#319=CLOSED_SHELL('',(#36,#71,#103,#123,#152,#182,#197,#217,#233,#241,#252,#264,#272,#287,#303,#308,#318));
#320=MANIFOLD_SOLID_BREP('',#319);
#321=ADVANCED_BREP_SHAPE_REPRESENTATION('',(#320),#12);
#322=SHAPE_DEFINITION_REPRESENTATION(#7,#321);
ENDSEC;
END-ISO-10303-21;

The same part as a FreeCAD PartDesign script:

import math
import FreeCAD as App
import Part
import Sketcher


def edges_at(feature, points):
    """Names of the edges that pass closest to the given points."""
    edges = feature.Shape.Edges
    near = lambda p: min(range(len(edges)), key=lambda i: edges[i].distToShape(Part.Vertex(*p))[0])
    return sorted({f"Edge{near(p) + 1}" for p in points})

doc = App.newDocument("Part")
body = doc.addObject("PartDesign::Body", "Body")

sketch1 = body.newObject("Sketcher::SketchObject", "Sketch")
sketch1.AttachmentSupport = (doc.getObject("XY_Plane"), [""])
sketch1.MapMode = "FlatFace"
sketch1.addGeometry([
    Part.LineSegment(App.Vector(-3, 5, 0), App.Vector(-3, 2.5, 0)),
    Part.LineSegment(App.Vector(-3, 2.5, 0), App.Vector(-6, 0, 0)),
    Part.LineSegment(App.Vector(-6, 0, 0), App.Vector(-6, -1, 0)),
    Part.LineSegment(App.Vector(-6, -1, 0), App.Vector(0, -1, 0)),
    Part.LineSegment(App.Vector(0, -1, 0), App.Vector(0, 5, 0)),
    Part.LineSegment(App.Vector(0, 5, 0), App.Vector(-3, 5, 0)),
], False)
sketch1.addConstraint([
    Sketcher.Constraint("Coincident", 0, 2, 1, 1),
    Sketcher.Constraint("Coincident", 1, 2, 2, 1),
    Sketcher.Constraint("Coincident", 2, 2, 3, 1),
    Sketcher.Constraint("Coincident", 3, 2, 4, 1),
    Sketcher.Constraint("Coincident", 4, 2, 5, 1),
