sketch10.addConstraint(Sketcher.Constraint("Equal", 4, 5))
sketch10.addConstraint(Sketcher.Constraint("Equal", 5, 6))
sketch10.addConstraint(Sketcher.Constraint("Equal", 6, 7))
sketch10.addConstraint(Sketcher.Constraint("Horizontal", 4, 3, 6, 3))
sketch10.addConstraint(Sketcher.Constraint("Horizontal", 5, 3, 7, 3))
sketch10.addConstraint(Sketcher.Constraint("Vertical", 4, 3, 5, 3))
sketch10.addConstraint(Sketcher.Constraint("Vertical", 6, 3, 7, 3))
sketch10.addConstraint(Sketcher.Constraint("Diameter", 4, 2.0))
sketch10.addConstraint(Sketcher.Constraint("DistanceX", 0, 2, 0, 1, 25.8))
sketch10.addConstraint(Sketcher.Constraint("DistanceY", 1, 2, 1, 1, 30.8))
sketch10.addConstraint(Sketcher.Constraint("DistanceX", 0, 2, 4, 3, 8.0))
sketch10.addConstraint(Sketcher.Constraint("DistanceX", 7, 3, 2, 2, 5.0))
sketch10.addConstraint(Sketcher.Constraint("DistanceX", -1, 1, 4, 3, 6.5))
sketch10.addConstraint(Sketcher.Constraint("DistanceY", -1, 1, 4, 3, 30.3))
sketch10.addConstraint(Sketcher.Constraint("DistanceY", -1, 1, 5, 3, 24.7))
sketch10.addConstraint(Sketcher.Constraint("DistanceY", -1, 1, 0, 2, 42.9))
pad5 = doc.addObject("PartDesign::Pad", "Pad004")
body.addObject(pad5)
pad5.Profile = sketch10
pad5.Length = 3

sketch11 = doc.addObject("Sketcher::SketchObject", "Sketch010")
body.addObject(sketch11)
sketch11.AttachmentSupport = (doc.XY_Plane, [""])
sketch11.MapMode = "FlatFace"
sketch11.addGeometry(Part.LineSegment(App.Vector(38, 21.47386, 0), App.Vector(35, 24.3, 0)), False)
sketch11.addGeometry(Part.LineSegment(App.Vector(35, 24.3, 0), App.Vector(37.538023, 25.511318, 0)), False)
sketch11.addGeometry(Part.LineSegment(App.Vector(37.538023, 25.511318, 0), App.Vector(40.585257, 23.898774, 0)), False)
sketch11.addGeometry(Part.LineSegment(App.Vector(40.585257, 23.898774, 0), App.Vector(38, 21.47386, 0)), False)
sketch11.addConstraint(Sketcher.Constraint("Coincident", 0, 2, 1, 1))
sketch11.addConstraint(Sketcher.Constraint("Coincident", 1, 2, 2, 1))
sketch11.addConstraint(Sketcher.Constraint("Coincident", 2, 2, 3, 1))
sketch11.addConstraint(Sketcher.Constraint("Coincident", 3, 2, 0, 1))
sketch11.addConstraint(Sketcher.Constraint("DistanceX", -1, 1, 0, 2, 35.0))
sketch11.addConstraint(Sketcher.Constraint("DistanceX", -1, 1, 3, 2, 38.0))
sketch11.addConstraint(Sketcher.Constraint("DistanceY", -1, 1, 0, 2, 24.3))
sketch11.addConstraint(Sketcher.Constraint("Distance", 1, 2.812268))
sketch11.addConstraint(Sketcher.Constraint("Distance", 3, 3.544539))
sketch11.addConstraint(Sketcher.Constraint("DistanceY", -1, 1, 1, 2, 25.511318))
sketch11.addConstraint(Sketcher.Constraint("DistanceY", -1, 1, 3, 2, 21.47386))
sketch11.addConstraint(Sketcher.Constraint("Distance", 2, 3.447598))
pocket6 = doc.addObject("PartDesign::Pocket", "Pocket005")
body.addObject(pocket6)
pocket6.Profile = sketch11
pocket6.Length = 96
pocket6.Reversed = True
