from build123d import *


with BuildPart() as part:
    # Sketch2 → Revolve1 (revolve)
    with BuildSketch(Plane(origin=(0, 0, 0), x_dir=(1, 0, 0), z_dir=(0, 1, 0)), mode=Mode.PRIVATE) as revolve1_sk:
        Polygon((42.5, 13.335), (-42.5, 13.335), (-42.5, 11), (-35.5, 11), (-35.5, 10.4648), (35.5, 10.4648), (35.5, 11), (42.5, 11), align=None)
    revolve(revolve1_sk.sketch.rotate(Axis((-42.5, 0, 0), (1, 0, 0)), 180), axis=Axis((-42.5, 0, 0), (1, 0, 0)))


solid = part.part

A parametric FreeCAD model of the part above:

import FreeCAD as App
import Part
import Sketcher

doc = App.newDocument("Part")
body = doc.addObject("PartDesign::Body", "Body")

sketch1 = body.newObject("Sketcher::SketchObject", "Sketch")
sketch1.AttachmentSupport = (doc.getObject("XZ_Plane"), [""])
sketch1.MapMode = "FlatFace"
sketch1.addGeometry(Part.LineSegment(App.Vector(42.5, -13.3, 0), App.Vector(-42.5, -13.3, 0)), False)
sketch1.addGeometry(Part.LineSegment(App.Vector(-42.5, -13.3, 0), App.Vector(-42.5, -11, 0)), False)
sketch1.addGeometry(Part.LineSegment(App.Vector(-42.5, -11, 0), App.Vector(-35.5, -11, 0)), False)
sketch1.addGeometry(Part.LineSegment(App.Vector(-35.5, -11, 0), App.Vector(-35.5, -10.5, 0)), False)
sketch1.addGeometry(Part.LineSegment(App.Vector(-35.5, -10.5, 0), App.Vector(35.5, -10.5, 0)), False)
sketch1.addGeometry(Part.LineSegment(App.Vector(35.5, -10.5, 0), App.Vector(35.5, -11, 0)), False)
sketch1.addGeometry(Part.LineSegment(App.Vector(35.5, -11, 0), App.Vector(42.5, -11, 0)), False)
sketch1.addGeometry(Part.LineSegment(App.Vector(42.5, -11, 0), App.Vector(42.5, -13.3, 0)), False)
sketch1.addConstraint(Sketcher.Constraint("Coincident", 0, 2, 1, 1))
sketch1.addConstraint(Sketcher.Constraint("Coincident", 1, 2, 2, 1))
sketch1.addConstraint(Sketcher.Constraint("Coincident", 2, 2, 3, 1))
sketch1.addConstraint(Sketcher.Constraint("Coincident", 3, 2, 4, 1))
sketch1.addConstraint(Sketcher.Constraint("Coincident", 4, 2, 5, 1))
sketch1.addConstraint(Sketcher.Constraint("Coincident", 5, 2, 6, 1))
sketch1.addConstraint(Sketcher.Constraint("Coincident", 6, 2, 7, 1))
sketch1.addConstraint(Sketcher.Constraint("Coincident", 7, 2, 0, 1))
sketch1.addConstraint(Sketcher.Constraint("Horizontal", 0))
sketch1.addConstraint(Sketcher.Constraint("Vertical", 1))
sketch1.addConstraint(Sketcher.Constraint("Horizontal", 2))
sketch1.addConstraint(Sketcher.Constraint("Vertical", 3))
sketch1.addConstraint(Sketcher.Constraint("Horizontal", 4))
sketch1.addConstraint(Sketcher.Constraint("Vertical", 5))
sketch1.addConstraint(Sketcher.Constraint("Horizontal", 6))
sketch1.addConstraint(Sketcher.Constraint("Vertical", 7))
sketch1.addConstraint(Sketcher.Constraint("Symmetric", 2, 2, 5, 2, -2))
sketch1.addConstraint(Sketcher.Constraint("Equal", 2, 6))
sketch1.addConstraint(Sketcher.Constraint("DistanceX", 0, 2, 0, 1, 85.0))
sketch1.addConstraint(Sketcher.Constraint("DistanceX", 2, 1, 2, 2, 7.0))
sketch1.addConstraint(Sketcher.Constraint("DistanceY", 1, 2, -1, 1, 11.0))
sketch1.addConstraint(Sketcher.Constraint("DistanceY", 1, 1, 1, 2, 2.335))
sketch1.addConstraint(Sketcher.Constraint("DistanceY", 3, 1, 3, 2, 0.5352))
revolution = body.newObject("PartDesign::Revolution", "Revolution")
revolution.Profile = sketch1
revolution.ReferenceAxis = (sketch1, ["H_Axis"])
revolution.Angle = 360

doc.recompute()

- [PROBLEM STATEMENT]:
Find each line of the data above that holds the word "near", then copy it.

- [WRITTEN RESPONSE]:
    near = lambda p: min(range(len(edges)), key=lambda i: edges[i].distToShape(Part.Vertex(*p))[0])
    return sorted({f"Edge{near(p) + 1}" for p in points})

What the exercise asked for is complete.